- Born: 1963 (age 62–63) Wellington, New Zealand
- Writing career
- Language: English
- Genre: History
- Notable awards: Montana New Zealand Book Award

= Rachel Barrowman =

New Zealand author

Rachel Barrowman (born 1963) is a New Zealand author and historian, with a focus on New Zealand cultural and intellectual history.

==Career==
Barrowman's biography of R.A.K. Mason, Mason: The Life of R.A.K. Mason, won the 2004 Montana New Zealand Book Award in the biography category. In 2006, Barrowman received the Michael King Writer's Fellowship from Creative New Zealand to write a biography of Maurice Gee; she subsequently held a summer residency at the Michael King Writers Centre in 2010. The book, Maurice Gee: Life and Work, was a finalist for the 2016 Ockham New Zealand Book Awards.
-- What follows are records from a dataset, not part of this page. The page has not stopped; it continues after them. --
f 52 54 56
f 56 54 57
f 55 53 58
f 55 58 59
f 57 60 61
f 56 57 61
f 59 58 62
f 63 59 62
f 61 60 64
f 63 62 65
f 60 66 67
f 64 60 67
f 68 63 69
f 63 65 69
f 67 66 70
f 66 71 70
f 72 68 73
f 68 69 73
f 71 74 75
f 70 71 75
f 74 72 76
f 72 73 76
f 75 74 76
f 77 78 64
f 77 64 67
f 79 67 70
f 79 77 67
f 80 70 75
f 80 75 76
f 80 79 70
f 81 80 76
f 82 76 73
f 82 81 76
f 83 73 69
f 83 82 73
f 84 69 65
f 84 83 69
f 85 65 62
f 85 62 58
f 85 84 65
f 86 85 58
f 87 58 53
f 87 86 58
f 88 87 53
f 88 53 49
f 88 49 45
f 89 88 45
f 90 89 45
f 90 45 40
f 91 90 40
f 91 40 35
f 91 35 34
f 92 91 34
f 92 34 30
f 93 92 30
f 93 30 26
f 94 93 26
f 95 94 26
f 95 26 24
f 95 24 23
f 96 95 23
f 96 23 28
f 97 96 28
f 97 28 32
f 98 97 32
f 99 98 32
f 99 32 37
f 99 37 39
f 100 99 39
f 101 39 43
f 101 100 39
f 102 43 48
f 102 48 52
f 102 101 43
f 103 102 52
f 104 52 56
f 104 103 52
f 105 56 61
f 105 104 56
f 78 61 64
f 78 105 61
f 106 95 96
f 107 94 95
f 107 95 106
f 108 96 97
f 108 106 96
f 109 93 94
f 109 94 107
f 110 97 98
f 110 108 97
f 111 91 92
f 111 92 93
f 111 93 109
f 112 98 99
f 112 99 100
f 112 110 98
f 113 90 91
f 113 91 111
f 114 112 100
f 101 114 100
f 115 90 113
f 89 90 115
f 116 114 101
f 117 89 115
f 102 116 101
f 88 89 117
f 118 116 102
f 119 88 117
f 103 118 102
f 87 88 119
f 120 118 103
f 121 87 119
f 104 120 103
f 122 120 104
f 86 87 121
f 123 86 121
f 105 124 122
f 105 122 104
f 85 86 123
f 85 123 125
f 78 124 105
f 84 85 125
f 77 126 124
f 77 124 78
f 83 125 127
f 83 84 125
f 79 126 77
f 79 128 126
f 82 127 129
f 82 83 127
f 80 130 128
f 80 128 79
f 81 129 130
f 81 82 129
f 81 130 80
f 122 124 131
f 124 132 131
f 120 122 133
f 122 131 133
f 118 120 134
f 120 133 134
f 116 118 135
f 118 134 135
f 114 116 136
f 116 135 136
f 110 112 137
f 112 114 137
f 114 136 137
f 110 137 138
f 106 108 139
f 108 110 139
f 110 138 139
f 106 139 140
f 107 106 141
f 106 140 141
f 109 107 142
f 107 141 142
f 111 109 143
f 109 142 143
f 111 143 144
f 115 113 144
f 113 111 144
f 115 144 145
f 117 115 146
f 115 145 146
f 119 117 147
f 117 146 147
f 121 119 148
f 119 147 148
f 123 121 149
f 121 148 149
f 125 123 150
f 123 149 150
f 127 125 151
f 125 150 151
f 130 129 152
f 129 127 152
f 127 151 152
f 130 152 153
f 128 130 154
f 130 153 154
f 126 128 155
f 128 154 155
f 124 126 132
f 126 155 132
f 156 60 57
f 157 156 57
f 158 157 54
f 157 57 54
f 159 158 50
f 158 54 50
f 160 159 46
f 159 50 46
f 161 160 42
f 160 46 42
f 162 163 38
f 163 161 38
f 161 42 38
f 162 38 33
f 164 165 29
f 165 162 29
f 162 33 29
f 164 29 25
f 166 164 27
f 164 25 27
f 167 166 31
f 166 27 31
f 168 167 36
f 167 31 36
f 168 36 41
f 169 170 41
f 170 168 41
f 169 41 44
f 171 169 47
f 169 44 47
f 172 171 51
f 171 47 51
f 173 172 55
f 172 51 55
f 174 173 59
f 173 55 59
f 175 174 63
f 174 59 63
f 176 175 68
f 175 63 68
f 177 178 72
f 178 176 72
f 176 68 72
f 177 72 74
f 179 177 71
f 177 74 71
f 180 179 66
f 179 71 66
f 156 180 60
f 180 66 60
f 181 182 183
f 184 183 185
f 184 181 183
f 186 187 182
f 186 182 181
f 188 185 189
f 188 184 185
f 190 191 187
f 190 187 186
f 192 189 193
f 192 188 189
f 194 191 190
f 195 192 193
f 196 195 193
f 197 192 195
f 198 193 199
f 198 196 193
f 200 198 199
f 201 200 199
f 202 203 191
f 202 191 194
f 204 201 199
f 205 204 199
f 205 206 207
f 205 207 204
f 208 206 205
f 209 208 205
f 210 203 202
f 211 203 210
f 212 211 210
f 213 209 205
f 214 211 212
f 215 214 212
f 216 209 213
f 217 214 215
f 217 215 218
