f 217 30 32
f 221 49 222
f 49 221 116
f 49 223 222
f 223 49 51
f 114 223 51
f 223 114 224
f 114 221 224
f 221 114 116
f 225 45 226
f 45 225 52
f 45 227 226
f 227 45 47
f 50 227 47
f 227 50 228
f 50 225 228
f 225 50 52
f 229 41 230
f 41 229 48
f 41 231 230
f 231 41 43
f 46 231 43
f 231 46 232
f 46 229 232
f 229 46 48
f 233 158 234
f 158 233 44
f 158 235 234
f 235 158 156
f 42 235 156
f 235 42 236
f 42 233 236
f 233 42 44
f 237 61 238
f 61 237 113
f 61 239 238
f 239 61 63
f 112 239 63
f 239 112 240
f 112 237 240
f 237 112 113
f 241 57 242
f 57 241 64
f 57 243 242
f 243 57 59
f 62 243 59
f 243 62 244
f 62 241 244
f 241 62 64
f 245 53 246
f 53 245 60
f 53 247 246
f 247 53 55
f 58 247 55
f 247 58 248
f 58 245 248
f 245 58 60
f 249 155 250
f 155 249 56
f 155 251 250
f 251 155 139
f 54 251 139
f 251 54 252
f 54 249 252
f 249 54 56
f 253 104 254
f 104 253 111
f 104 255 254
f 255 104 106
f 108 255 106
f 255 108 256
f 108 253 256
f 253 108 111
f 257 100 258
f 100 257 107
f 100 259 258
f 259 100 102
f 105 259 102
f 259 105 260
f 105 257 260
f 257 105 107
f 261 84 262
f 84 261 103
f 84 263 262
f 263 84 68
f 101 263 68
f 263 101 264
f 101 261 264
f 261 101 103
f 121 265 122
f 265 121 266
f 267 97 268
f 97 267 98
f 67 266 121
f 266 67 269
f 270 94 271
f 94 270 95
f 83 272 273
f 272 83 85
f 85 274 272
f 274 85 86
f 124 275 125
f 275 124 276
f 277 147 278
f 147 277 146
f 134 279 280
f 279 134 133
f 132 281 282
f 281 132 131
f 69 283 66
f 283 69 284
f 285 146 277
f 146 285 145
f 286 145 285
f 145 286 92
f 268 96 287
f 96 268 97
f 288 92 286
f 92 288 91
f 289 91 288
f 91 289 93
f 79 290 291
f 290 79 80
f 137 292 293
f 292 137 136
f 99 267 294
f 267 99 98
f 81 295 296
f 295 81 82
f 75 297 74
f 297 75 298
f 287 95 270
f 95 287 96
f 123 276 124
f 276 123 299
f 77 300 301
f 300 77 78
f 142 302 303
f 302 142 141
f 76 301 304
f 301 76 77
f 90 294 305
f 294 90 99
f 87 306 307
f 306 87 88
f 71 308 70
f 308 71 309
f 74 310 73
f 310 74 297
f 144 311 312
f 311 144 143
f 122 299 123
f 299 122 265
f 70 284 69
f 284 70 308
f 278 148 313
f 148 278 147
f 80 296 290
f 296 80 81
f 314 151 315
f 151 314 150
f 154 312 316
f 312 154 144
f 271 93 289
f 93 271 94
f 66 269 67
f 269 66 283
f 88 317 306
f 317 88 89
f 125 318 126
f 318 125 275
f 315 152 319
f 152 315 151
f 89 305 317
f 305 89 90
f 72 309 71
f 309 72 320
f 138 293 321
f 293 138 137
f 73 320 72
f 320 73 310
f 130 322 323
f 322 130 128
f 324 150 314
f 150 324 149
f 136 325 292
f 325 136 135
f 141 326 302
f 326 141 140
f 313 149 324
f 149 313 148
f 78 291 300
Barrowman has also received the National Library Fellowship and the Stout Research Centre Fellowship.

==Personal life==
Barrowman was born and resides in Wellington.

==Published books==
- A Popular Vision: the Arts and the Left in New Zealand, 1930–1950 (1991, Victoria University Press)
- The Turnbull: a Library and Its World (1995, Auckland University Press)
- Victoria University of Wellington, 1899–1999: A History (1999, Victoria University Press)
- Mason: The Life of R.A.K. Mason (2003, Victoria University Press)
- Maurice Gee: Life and Work (2015, Victoria University Press)
Barrowman is also an editor of the Dictionary of New Zealand Biography.